The specialized tools for data mining are
optimized for speed and efficiency and can be classified into the following
five general "areas" (each comprising a set of Statistica modules, some of them offered only
in the Statistica Data Miner environment):
General Slicer/Dicer and Drill-Down Explorer
A large number of analysis nodes are available for creating exploratory
graphs, to compute descriptive statistics, tabulations, etc. These nodes
can be connected to input data sources, or to all intermediate results.
A specialized Statistica application
module is available (Statistica Drill-Down Explorer) for interactively
exploring your data by drilling down on selected variables, and categories
or ranges of values in those variables. For example, you can drill-down
on Gender, to display the distribution for a variable Income for females
only; next you could drill down on a specific income group to explore
(e.g., create graphical summaries for) selected variables for females
in the selected income group only.

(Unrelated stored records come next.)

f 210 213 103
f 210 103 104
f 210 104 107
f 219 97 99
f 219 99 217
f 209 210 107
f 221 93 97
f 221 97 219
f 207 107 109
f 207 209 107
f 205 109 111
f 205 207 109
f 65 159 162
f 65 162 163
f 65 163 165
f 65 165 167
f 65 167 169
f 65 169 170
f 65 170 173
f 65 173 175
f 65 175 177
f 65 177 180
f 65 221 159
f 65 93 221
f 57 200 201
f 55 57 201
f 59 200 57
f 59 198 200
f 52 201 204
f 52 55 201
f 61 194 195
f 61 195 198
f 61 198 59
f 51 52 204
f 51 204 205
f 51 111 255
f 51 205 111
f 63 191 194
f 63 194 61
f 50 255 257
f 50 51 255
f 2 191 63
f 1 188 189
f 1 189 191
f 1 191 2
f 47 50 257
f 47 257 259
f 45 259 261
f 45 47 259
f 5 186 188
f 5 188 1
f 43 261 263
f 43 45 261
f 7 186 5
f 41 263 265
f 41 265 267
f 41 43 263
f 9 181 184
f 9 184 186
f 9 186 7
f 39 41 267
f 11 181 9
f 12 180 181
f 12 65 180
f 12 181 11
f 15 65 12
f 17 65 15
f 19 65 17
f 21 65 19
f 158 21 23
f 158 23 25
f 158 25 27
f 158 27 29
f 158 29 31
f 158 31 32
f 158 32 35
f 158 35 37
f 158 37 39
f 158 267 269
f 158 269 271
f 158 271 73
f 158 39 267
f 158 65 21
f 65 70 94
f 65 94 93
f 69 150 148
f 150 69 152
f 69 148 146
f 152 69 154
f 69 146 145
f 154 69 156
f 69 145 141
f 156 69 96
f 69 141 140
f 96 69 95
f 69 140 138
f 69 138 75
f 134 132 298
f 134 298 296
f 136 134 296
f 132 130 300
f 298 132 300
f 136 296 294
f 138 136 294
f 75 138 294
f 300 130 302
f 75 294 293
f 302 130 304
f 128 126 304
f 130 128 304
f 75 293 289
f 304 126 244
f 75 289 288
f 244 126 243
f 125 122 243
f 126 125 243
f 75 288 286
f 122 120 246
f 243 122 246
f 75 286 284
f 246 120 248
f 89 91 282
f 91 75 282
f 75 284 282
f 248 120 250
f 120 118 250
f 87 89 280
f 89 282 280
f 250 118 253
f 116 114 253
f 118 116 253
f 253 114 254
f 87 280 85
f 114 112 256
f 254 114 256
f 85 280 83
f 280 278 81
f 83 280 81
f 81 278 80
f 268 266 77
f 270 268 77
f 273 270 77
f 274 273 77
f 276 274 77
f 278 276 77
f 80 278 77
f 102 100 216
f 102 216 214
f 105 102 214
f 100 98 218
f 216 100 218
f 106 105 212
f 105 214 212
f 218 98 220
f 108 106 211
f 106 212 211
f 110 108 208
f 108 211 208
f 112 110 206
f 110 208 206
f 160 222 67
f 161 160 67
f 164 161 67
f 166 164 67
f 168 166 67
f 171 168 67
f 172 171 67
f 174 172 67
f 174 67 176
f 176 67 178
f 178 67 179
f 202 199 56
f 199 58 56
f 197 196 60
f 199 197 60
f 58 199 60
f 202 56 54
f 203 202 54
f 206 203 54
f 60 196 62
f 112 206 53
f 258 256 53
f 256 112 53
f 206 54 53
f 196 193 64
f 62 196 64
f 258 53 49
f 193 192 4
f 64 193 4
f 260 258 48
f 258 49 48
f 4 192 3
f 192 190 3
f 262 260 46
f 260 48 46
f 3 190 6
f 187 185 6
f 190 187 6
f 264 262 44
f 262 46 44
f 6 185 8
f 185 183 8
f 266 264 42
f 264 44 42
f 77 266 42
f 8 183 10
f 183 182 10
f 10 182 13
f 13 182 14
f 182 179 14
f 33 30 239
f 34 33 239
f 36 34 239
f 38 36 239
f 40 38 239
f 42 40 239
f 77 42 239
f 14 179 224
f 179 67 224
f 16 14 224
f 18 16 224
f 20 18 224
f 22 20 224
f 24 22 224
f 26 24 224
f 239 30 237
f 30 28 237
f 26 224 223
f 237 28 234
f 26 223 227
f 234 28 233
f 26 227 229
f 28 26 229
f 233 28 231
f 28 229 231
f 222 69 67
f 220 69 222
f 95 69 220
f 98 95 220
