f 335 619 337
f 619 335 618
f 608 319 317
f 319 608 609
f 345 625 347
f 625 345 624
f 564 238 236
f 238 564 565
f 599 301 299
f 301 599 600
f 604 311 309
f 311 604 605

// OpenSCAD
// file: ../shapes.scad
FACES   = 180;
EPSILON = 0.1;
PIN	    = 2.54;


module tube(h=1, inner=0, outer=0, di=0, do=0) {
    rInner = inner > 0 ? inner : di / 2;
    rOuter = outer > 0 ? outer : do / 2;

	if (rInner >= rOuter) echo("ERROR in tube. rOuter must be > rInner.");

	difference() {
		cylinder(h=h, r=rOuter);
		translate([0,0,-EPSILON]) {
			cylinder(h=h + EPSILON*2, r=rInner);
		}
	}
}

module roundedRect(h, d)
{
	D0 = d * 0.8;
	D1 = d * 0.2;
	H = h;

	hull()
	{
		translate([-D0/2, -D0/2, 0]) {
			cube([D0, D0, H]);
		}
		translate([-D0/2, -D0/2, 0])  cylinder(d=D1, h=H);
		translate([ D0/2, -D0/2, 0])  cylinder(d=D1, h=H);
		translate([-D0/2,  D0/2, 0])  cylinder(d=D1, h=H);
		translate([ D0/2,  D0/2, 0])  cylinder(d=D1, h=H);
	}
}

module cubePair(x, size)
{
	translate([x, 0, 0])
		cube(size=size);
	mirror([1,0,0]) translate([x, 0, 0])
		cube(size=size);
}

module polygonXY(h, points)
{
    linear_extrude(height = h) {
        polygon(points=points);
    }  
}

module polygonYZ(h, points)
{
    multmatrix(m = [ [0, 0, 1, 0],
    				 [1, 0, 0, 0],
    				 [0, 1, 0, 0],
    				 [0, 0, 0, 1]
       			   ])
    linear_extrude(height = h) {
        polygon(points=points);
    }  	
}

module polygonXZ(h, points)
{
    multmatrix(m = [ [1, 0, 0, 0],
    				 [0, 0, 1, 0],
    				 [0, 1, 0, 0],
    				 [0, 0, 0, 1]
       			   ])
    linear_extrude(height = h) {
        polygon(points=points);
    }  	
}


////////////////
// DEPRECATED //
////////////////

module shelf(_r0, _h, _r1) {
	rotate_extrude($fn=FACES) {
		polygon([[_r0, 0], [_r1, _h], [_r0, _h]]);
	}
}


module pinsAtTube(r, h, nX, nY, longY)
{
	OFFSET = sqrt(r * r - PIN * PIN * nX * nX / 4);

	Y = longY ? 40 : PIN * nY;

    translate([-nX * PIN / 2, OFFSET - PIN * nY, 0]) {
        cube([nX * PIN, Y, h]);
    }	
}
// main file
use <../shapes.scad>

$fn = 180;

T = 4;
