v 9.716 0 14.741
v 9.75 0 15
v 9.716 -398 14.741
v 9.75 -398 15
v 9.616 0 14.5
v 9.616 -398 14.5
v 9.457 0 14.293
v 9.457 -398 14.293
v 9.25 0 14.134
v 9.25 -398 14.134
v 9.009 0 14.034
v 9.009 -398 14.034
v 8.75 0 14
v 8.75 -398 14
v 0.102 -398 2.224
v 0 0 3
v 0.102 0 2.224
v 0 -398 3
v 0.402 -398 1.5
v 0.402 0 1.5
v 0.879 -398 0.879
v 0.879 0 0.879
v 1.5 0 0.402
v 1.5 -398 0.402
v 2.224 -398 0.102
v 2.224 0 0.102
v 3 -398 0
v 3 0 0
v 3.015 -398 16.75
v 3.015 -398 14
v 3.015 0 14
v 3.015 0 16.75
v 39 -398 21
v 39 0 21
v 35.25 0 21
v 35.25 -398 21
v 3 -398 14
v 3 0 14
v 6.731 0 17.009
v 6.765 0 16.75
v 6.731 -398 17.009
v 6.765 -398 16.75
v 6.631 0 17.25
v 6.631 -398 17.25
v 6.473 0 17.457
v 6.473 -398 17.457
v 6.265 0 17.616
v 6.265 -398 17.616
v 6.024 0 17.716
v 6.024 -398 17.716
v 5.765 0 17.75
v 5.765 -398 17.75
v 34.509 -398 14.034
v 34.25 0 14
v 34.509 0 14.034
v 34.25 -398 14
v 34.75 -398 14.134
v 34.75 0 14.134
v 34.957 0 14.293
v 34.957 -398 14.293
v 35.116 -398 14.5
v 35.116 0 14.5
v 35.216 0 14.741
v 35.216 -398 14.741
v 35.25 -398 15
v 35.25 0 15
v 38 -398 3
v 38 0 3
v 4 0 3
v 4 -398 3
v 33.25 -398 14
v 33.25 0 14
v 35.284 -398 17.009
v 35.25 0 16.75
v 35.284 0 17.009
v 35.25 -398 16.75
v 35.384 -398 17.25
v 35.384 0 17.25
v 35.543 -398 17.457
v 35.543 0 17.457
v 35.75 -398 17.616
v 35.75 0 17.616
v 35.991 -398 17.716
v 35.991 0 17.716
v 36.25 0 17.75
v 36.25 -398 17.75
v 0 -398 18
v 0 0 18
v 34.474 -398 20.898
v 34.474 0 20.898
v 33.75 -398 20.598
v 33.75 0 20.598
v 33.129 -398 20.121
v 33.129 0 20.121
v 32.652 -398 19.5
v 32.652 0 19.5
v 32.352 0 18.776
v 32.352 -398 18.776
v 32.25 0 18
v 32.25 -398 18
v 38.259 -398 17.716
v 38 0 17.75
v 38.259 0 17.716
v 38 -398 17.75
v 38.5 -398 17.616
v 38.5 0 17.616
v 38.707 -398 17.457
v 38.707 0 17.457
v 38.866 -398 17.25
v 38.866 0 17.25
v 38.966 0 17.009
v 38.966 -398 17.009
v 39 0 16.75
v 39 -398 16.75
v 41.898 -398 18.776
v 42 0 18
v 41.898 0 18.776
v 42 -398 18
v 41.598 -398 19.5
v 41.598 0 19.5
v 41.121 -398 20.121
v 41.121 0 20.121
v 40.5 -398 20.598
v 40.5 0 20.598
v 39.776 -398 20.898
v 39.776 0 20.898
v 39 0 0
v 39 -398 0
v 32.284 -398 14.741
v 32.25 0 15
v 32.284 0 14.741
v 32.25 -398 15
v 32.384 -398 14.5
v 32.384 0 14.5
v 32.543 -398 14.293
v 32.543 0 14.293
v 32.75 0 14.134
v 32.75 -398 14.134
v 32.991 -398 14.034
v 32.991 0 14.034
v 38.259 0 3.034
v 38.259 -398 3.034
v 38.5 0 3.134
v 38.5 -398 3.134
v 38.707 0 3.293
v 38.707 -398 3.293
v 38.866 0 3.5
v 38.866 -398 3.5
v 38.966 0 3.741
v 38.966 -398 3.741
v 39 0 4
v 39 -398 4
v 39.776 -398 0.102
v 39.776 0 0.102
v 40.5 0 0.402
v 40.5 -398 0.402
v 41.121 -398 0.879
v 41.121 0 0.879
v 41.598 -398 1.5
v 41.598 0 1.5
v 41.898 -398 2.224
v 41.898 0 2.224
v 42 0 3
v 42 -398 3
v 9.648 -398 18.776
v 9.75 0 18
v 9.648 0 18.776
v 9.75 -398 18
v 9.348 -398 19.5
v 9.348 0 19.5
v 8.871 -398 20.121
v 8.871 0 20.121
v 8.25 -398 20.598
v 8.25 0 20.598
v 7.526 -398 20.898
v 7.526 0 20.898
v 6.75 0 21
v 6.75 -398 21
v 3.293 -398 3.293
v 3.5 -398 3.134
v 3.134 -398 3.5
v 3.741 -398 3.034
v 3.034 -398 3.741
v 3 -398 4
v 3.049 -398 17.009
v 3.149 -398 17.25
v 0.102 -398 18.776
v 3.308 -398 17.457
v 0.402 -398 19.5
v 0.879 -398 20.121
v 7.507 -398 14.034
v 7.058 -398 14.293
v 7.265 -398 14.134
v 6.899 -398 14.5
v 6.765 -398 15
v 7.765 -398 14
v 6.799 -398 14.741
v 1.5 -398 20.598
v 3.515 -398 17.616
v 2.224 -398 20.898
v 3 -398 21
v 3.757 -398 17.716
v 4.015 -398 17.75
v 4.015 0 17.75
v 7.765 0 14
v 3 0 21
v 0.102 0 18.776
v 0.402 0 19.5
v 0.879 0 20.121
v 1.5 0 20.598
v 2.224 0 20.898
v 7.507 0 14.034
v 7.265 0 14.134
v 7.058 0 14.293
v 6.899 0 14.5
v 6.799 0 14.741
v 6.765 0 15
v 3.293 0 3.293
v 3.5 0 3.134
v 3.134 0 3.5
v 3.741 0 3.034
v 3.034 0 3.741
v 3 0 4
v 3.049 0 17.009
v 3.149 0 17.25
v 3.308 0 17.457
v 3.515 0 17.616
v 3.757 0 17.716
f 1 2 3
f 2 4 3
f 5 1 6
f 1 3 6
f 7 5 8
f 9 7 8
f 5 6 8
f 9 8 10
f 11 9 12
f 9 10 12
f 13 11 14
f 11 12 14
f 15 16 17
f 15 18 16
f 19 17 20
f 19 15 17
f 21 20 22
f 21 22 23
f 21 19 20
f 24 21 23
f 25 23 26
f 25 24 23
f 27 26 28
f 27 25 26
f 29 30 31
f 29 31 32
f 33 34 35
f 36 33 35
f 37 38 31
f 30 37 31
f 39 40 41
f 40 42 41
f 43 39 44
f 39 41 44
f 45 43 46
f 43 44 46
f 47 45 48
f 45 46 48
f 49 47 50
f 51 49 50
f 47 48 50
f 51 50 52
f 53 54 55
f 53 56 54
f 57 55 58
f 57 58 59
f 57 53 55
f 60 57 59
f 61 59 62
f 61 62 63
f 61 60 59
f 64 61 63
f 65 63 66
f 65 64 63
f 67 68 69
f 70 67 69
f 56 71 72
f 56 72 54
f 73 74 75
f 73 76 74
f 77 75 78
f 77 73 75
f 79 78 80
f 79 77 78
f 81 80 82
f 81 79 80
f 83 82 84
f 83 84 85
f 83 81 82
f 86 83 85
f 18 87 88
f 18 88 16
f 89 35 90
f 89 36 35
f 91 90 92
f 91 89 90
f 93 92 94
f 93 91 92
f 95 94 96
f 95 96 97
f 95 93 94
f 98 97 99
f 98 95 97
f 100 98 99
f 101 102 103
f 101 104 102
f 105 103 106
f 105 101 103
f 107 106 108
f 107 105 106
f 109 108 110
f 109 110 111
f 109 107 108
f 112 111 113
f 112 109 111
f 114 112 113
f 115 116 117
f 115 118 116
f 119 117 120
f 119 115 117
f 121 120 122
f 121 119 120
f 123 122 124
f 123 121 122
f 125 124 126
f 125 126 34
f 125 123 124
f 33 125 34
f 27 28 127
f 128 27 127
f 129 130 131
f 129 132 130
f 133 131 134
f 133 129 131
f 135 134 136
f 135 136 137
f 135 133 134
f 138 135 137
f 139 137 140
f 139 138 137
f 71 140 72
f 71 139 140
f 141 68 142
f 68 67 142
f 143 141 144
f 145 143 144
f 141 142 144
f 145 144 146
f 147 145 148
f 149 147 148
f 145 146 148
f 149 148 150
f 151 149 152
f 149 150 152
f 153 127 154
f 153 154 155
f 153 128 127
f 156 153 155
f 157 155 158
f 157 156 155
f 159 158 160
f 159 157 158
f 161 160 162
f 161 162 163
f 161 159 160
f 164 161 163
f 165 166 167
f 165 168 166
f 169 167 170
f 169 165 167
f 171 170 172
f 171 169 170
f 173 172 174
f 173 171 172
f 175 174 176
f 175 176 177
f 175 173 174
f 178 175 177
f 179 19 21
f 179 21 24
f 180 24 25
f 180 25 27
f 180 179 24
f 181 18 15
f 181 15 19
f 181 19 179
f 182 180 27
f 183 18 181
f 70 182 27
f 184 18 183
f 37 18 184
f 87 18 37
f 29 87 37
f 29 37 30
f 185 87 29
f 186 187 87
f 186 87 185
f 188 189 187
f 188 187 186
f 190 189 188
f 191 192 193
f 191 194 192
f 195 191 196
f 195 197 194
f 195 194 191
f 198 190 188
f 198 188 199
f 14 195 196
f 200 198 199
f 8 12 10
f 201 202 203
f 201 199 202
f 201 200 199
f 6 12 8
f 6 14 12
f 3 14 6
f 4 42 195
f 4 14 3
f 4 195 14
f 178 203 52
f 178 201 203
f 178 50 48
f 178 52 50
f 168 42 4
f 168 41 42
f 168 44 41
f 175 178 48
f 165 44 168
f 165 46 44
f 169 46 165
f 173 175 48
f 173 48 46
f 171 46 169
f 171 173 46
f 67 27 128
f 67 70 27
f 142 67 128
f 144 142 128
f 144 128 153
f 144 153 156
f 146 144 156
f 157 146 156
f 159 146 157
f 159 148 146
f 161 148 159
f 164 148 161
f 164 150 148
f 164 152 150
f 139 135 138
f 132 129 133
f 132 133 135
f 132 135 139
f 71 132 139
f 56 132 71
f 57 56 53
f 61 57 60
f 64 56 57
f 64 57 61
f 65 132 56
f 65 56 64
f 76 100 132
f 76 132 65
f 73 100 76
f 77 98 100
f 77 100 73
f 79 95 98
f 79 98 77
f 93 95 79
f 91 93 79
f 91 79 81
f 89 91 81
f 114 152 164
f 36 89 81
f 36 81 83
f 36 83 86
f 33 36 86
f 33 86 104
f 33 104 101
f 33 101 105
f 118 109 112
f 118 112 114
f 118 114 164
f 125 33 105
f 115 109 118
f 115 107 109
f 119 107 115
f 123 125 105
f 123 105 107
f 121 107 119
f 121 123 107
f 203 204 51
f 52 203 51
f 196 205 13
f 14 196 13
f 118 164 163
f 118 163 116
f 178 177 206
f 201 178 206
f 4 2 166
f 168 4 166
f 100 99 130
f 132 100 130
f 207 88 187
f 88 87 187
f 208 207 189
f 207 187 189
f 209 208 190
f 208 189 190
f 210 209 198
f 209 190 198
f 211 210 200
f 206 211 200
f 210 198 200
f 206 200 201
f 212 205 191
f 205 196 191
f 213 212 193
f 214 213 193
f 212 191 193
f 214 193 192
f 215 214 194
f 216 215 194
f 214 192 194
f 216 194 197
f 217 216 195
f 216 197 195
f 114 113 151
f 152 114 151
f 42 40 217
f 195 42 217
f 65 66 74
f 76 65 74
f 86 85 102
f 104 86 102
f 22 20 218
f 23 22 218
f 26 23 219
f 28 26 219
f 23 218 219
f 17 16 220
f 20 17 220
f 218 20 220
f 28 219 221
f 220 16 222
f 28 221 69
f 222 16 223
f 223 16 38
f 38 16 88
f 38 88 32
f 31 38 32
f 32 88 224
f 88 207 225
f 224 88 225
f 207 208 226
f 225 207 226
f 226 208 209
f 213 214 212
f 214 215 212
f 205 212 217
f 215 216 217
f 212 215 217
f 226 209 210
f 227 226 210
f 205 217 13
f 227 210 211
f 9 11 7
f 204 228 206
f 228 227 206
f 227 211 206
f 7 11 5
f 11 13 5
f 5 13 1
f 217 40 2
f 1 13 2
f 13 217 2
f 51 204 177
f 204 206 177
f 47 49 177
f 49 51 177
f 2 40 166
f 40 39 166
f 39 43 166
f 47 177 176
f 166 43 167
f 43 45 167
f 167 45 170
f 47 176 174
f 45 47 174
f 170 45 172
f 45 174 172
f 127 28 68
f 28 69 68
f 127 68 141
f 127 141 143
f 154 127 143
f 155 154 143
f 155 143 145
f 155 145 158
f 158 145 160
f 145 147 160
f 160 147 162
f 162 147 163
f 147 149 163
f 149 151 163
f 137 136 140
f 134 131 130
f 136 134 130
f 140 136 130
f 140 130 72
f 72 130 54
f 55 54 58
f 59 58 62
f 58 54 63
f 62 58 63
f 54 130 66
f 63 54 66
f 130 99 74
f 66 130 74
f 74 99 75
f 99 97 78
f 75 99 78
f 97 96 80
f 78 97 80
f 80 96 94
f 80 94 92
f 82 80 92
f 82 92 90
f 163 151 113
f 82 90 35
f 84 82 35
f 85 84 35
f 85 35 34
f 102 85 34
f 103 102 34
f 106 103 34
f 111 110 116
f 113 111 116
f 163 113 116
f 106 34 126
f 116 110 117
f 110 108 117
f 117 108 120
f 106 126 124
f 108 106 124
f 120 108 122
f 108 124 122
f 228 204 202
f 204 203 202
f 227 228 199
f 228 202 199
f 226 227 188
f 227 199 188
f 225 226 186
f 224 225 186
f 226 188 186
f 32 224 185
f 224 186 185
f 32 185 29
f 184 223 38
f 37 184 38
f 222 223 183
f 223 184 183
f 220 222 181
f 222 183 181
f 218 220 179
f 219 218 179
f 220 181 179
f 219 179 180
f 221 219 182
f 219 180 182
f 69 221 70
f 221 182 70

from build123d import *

# Parameters (mm, degrees)
F1_DEPTH = 398
F2_R     = 3
F3_R     = 1


with BuildPart() as f1:
    # F0 (on Front) → F1 (new body)
    with BuildSketch(Plane.XZ):
        Polygon((0, 21), (0, 0), (42, 0), (42, 21), (32.25, 21), (32.25, 14), (35.25, 14), (35.25, 17.75), (39, 17.75), (39, 14), (39, 3), (3, 3), (3, 14), (3.015397, 14), (3.015397, 17.75), (6.765397, 17.75), (6.765397, 14), (9.75, 14), (9.75, 21), align=None)
    extrude(amount=F1_DEPTH)

    # F2
    f2_edges = [f1.edges().sort_by_distance(p)[0] for p in [
        (0, -199, 21),
        (9.75, -199, 21),
        (32.25, -199, 21),
        (42, -199, 21),
        (0, -199, 0),
        (42, -199, 0),
    ]]
    fillet(f2_edges, radius=F2_R)

    # F3
    f3_edges = [f1.edges().sort_by_distance(p)[0] for p in [
        (6.765397, -199, 14),
        (32.25, -199, 14),
        (35.25, -199, 14),
        (9.75, -199, 14),
        (3, -199, 3),
        (39, -199, 3),
        (39, -199, 17.75),
        (3.015397, -199, 17.75),
        (35.25, -199, 17.75),
        (6.765397, -199, 17.75),
    ]]
    fillet(f3_edges, radius=F3_R)


solid = f1.part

A unique feature of Statistica Drill-Down
Explorer is the ability to select and deselect drill-down variables and
categories in any order; so you could next deselect variable Gender
and thus display selected graphs and statistics for the selected Income
group, but now for both males and females. Another unique feature of the
Drill-Down Explorer is its variety of categorization ("slicing")
methods. Hence, the Statistica Drill-Down Explorer offers tremendous flexibility
for slicing-and-dicing the data. The Statistica Drill-Down Explorer can
be applied to raw data, data-base connections for in-place processing
of data in remote databases, or to any intermediate result computed in
a Statistica Data Miner project. See also, General
Slicer/Dicer Explorer with Drill-Down.
General Classifier
Statistica Data Miner offers the widest selection of tools to perform
data mining classification techniques (and build related deployable models)
available on the market, including Generalized Linear Models (for binomial
and multinomial responses), Classification Trees, General
Classification and Regression Tree (GC&RT) modeling, general CHAID
models, Cluster
Analysis techniques (including "large capacity" implementations
of tree-clustering, k-Means clustering,
and EM clustering methods), and General Discriminant Analysis models (including
best-subset selection of predictors). Also, the numerous advanced neural
network classifiers available in Statistica Automated Neural Networks are
available in Statiatica Data Miner, and can be used in conjunction or
competition with other classification techniques; advanced methods for
unsupervised classification via k-Means
or EM clustering (using modified v-fold cross-validation techniques) can
also be incorporated into your General Classifier projects. See also,
General Classifier (Trees and Clusters).
Deployment
Where applicable, the program includes options
for generating C/C++/C#
or Statistica
Visual Basic, or XML syntax based PMML (Predictive Models Markup Language)
code for deployment of final solutions in your custom programs; models
are also automatically available for deployment after training, so all
you need to do is connect new data to the special deployment node, to
compute predicted classifications.
General Modeler/Multivariate Explorer
Statistica
Data Miner offers the widest selection of tools to build deployable
data mining models based on linear, nonlinear, or neural network techniques
and tools to explore data; you can also build predictive models based
on general multivariate techniques. In summary, Statistica offers the
full range of techniques, from linear and nonlinear regression models,
advanced generalized linear and Generalized Additive Models, to advanced
neural network methods and Multivariate
Adaptive Regression Splines (MARSplines). Statiatica Data Miner also
includes techniques that are not usually found in data mining software,
such as partial least squares methods (for reducing large numbers of variables),
Survival
Analysis (for analyzing data containing censored observations; e.g.
for medical research data and data from industrial reliability and quality
control studies), Structural Equation Modeling techniques
(to build and evaluate confirmatory linear models), Correspondence Analysis (for analyzing
the structure of complex tables), Factor Analysis and Multidimensional Scaling (for exploring
structure in large numbers of variables), and many others. See also, General
Modeler and Multivariate Explorer.
Deployment
Where applicable, the program includes options
for generating C, C++, or Statistica
Visual Basic code for deployment of final solutions in your custom
programs; models are also automatically available for deployment after
training, so all you need to do is connect new data to the special deployment
node, to compute predicted values.
General Forecaster
Statistica Data Miner includes a broad selection of traditional ( non-neural
networks-based) forecasting
techniques (including ARIMA, exponential smoothing with seasonal components,
Fourier spectral decomposition, seasonal decomposition, regression- and
polynomial lags analysis, etc.), as well as neural network methods for
time series data. See also, General
Forecaster.
Deployment.
Forecasts can automatically be computed
for multiple models in data mining projects, and plotted in a single graph
for comparative evaluation. For example, you can compute and compare predictions
from multiple ARIMA models, different methods for seasonal and non-seasonal
exponential smoothing, and the best time-series neural network architectures
(after searching over 100 different architectures).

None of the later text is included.